I understand this,but I wasn't available to let her in.Like I said,she knows how to use a dog house.


----------



## Erick Aguilar (Jun 9, 2008)

Yeah... my husky likes to break my heart and stand in the rain...

One day though, i was cracking up like crazy.. because it was raining, and i heard alot of fuss in the backyard and i thought ''oh my... my dog is making a fuss to get inside'' and i went to peek and AH! to my surprise.. he was having a blast with a basketball pushing it all around the yard while it was raining... then he started to jump trying to catch the rain.. it was so cute.
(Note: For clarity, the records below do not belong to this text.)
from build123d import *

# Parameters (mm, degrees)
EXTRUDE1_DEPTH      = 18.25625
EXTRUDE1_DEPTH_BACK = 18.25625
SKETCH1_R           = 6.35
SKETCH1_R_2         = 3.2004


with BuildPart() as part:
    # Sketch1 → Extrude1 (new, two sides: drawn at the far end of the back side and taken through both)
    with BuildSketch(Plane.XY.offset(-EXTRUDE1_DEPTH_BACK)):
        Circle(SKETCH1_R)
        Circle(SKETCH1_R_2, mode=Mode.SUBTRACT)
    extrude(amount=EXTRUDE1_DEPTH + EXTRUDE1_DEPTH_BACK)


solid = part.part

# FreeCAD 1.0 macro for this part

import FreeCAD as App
import Part
import Sketcher
from FreeCAD import Vector
Q = App.Units.Quantity

doc = App.newDocument("Part")
body = doc.addObject("PartDesign::Body", "Body")

sketch1 = body.newObject("Sketcher::SketchObject", "Sketch")
sketch1.AttachmentSupport = (doc.getObject("XY_Plane"), [""])
sketch1.MapMode = "FlatFace"
sketch1.addGeometry(Part.Circle(Vector(0, 0, 0), Vector(0, 0, 1), 6.3), False)
sketch1.addGeometry(Part.Circle(Vector(0, 0, 0), Vector(0, 0, 1), 3.2), False)
sketch1.addConstraint(Sketcher.Constraint("Coincident", 0, 3, -1, 1))
sketch1.addConstraint(Sketcher.Constraint("Coincident", 1, 3, -1, 1))
sketch1.addConstraint(Sketcher.Constraint("Diameter", 0, Q("0.5 in")))
sketch1.addConstraint(Sketcher.Constraint("Diameter", 1, Q("0.252 in")))
pad1 = body.newObject("PartDesign::Pad", "Pad")
pad1.Profile = sketch1
pad1.Type = "TwoLengths"
pad1.Length = Q("0.71875 in")
pad1.Length2 = Q("0.71875 in")

doc.recompute()
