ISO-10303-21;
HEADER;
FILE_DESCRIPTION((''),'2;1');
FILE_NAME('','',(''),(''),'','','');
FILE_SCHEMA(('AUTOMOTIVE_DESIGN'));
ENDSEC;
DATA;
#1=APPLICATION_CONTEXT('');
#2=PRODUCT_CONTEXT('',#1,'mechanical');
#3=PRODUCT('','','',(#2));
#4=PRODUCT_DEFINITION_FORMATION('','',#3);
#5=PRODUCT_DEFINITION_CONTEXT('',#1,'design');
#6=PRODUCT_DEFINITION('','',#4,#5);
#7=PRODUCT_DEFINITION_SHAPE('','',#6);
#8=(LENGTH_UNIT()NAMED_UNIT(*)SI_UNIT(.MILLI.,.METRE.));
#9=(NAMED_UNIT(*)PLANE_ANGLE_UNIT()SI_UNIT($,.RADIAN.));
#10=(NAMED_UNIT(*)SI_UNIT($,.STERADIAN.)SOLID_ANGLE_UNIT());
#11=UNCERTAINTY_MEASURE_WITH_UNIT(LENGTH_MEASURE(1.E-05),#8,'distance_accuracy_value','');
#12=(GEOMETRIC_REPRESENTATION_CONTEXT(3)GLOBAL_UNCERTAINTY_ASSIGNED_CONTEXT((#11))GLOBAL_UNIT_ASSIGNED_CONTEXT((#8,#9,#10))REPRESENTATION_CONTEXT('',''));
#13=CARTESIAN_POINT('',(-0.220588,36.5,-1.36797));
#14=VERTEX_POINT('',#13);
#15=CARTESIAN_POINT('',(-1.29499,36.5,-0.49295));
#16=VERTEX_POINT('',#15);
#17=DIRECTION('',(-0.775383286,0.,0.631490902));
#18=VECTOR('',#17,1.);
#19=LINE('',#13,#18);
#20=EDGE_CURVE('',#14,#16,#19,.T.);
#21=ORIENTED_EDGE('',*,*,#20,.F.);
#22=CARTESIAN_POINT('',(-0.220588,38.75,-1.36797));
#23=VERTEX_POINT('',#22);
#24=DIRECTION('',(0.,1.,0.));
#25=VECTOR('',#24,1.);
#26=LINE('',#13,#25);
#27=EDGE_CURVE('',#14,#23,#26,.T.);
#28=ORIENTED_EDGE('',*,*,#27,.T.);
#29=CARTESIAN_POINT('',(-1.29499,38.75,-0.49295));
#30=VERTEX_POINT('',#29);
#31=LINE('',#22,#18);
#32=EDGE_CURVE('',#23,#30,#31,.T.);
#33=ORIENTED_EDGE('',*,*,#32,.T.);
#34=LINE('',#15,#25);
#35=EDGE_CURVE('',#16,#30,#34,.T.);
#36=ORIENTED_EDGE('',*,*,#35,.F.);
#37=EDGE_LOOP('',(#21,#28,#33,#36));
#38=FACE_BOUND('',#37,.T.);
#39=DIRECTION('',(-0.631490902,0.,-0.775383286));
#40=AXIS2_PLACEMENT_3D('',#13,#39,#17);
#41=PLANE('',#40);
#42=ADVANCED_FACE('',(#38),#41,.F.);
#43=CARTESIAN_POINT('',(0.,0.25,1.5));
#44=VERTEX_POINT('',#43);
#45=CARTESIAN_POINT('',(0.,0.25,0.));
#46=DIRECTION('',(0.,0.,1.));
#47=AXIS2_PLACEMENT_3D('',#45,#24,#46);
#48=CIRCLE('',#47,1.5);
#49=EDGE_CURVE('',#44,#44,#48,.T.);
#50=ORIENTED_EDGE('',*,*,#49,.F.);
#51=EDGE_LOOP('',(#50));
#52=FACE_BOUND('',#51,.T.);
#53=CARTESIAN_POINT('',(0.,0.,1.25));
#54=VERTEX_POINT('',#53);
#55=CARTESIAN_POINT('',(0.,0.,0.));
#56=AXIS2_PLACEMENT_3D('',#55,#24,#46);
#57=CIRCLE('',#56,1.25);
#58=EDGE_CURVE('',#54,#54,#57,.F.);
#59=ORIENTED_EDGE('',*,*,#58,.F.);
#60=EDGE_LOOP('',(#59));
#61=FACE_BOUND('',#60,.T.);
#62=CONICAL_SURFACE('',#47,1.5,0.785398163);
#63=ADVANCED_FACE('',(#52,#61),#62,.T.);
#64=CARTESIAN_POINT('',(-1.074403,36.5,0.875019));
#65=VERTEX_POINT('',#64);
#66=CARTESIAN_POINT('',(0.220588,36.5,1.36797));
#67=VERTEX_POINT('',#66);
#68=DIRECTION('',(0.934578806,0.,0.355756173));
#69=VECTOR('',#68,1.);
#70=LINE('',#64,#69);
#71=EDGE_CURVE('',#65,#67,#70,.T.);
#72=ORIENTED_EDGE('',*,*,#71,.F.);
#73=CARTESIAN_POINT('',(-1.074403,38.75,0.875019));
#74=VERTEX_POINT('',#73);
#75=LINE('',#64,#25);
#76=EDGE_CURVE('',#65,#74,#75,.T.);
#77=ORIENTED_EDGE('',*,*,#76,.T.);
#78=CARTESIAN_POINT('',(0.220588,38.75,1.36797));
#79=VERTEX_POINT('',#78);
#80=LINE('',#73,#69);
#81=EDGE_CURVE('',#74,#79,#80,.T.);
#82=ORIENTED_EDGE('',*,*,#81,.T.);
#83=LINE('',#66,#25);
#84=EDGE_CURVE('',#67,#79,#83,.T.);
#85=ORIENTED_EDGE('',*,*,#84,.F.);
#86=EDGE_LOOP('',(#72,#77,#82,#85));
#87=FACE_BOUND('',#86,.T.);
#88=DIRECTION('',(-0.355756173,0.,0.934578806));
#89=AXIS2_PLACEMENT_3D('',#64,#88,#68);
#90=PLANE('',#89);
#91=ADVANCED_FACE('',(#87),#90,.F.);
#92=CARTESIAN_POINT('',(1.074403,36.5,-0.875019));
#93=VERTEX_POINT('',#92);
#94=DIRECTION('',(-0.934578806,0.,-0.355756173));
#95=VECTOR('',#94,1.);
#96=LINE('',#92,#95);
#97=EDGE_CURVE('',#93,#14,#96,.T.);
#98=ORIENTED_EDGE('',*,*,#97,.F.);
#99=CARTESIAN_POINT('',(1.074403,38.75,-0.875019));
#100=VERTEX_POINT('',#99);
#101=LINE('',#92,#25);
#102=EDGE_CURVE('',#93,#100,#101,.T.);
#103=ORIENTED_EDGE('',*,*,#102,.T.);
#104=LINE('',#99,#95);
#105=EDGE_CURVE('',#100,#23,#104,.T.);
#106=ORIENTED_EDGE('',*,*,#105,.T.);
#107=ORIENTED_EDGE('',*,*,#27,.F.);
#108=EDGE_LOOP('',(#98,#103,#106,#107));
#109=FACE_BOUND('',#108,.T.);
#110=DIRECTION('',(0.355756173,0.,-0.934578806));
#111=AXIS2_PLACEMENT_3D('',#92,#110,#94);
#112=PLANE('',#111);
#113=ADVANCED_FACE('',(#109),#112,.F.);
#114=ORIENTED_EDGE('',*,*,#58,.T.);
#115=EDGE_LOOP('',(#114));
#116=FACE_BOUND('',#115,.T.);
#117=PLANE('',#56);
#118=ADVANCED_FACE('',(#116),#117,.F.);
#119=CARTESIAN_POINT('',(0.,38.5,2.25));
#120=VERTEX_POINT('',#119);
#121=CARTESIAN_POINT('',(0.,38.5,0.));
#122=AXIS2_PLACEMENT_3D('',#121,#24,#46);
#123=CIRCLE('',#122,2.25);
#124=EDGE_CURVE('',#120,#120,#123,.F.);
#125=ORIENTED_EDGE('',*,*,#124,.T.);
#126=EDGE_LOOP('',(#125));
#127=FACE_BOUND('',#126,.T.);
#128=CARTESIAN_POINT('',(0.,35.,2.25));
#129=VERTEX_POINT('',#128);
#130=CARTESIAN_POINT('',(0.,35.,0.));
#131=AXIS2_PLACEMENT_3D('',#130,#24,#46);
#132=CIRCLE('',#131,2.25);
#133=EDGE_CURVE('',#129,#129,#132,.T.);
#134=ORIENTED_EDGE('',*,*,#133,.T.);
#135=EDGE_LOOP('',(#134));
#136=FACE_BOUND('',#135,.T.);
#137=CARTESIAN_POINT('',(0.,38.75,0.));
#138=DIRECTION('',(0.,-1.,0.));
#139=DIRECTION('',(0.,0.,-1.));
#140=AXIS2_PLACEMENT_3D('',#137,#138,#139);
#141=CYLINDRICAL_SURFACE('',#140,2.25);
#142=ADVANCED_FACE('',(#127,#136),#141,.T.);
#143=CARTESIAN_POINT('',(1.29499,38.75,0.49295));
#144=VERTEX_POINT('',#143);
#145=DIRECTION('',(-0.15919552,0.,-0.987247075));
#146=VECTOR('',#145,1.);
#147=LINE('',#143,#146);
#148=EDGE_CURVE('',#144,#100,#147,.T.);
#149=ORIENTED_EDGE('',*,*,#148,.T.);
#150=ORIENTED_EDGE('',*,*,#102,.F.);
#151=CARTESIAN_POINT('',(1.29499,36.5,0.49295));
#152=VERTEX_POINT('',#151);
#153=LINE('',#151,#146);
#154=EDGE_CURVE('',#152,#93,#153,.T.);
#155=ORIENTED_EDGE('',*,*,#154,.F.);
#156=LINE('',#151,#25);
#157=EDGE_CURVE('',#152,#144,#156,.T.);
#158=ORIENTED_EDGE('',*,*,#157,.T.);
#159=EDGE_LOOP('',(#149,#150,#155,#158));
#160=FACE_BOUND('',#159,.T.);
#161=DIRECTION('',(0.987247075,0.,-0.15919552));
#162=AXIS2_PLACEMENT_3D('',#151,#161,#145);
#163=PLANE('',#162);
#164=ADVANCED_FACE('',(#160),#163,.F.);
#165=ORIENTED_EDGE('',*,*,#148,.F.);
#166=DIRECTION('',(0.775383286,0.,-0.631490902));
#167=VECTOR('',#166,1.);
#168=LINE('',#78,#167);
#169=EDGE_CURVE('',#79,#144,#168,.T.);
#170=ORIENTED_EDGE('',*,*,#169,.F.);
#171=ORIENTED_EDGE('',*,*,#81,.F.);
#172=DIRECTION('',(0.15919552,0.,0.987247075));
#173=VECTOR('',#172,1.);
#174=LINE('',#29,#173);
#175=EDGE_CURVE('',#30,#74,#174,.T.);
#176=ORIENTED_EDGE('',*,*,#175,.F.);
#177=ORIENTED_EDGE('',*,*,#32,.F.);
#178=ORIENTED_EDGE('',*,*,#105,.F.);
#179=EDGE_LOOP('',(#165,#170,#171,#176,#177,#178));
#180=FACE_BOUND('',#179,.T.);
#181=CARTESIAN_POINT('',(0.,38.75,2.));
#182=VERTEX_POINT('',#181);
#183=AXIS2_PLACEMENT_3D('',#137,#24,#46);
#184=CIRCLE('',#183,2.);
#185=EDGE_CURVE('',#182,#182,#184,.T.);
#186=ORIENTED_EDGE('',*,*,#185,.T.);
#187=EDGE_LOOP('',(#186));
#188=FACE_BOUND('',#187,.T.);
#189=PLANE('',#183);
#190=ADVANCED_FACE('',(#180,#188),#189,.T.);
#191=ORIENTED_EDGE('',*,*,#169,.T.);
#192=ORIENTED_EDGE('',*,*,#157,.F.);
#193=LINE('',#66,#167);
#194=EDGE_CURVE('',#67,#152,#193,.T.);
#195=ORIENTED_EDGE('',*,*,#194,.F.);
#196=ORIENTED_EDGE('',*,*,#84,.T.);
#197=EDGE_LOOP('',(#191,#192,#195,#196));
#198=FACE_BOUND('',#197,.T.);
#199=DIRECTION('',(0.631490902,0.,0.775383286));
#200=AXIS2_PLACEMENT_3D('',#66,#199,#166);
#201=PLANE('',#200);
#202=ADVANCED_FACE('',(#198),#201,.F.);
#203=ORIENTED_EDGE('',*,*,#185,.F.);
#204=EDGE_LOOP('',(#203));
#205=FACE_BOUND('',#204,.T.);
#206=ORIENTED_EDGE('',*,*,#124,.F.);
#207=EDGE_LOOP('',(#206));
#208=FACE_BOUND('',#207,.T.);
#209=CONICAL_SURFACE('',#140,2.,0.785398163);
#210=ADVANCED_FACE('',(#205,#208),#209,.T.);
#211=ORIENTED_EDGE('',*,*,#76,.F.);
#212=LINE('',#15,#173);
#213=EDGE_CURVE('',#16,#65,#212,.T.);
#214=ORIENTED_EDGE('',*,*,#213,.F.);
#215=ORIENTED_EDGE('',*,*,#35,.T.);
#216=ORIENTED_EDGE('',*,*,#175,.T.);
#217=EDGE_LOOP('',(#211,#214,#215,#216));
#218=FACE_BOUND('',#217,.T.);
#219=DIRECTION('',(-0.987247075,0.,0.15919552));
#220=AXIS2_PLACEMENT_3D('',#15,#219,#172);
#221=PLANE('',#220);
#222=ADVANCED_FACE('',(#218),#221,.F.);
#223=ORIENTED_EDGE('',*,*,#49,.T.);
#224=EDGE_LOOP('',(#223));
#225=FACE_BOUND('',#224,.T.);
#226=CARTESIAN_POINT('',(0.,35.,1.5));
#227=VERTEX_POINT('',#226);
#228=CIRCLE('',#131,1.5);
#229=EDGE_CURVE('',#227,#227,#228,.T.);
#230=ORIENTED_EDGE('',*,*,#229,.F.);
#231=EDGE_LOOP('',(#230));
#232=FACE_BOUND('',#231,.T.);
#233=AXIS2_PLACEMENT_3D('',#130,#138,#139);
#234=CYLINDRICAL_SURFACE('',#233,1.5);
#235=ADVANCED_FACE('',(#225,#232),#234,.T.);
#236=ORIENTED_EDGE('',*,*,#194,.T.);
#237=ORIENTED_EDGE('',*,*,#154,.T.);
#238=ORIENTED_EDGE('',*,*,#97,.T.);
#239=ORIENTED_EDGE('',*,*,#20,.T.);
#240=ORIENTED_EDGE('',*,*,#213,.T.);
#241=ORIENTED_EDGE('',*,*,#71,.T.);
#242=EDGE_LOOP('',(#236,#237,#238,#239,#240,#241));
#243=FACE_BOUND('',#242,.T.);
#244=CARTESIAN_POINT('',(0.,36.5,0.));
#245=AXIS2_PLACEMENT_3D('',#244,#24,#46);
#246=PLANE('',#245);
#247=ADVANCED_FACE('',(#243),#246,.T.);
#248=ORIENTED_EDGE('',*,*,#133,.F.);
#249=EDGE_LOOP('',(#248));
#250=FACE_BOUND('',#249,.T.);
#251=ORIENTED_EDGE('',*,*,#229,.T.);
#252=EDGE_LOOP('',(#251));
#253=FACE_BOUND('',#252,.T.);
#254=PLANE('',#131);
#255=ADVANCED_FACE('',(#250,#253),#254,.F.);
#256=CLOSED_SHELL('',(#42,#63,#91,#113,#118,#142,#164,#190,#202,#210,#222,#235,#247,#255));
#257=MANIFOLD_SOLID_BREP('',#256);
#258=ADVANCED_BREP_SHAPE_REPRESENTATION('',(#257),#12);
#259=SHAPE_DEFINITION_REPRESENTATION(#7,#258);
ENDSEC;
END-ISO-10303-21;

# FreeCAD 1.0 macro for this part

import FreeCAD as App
import Part
import Sketcher


def edges_at(feature, points):
    """Names of the edges that pass closest to the given points."""
    edges = feature.Shape.Edges
    near = lambda p: min(range(len(edges)), key=lambda i: edges[i].distToShape(Part.Vertex(*p))[0])
    return sorted({f"Edge{near(p) + 1}" for p in points})


def add_polygon(sketch, points):
    """Adds a closed chain of lines whose ends are joined by coincident constraints."""
    first, n = sketch.GeometryCount, len(points)
    for a, b in zip(points, points[1:] + points[:1]):
        sketch.addGeometry(Part.LineSegment(App.Vector(*a, 0), App.Vector(*b, 0)), False)
    for i in range(n):
        sketch.addConstraint(Sketcher.Constraint("Coincident", first + i, 2, first + (i + 1) % n, 1))

doc = App.newDocument("Part")
params = doc.addObject("Spreadsheet::Sheet", "Params")
for row, (alias, value) in enumerate([
    ("sketch1_diameter", "3 mm"),
    ("pad1_length", "35 mm"),
    ("sketch2_diameter", "4.5 mm"),
    ("pad2_length", "3.75 mm"),
    ("pocket1_length", "2.25 mm"),
    ("chamfer_size", "0.25 mm"),
    ("chamfer2_size", "0.25 mm"),
], start=1):
    params.set(f"A{row}", alias)
    params.set(f"B{row}", "=" + value)
    params.setAlias(f"B{row}", alias)

body = doc.addObject("PartDesign::Body", "Body")

# Sketch on XZ plane
sketch1 = body.newObject("Sketcher::SketchObject", "Sketch")
sketch1.AttachmentSupport = (doc.getObject("XZ_Plane"), [""])
sketch1.MapMode = "FlatFace"
sketch1.addGeometry(Part.Circle(App.Vector(0, 0, 0), App.Vector(0, 0, 1), 1.5), False)
sketch1.addConstraint(Sketcher.Constraint("Coincident", 0, 3, -1, 1))
sketch1.addConstraint(Sketcher.Constraint("Diameter", 0, 3.0))
sketch1.setExpression("Constraints[1]", "Params.sketch1_diameter")
pad1 = body.newObject("PartDesign::Pad", "Pad")
pad1.Profile = sketch1
pad1.setExpression("Length", "Params.pad1_length")
pad1.Reversed = True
But he won't go inside his dog house for obvious reasons... before buying him a doggie house, we would let him in whenever it would start raining.


----------



## SSpiro (Oct 5, 2007)

MrsJohnnyG said:


> Aww... I'm a softie who wouldn't want my dog having to sit in a cold, drafty doghouse while it's raining, so keep that in mind when I say that I wouldn't mind her wanting to come inside where it's warm and dry.
> 
> How is the doghouse protected from having water come into it? Maybe it's just too wet, cold, or miserable in there. I drive by a home where the poor dog is kept outside ALL the time, including when it's miserable outside. One day I was driving by in miserable rain, and the dog was just standing outside in the rain, looking down... not going into its doghouse which I assume wasn't exactly dry and comfortable... it broke my heart. It's as though the dog had just given up.
> 
> That said, my puppies do love running around in the rain now that I've taught them it's okay to get wet... but it's their choice whether to come back inside where it's dry and comfortable, when they're ready to quit playing in the rain.


Heartbreaking story..


----------



## Pai (Apr 23, 2008)

Some dogs are pretty waterproof, no? Depending on the coat type. They probably aren't that bothered by the wet.


----------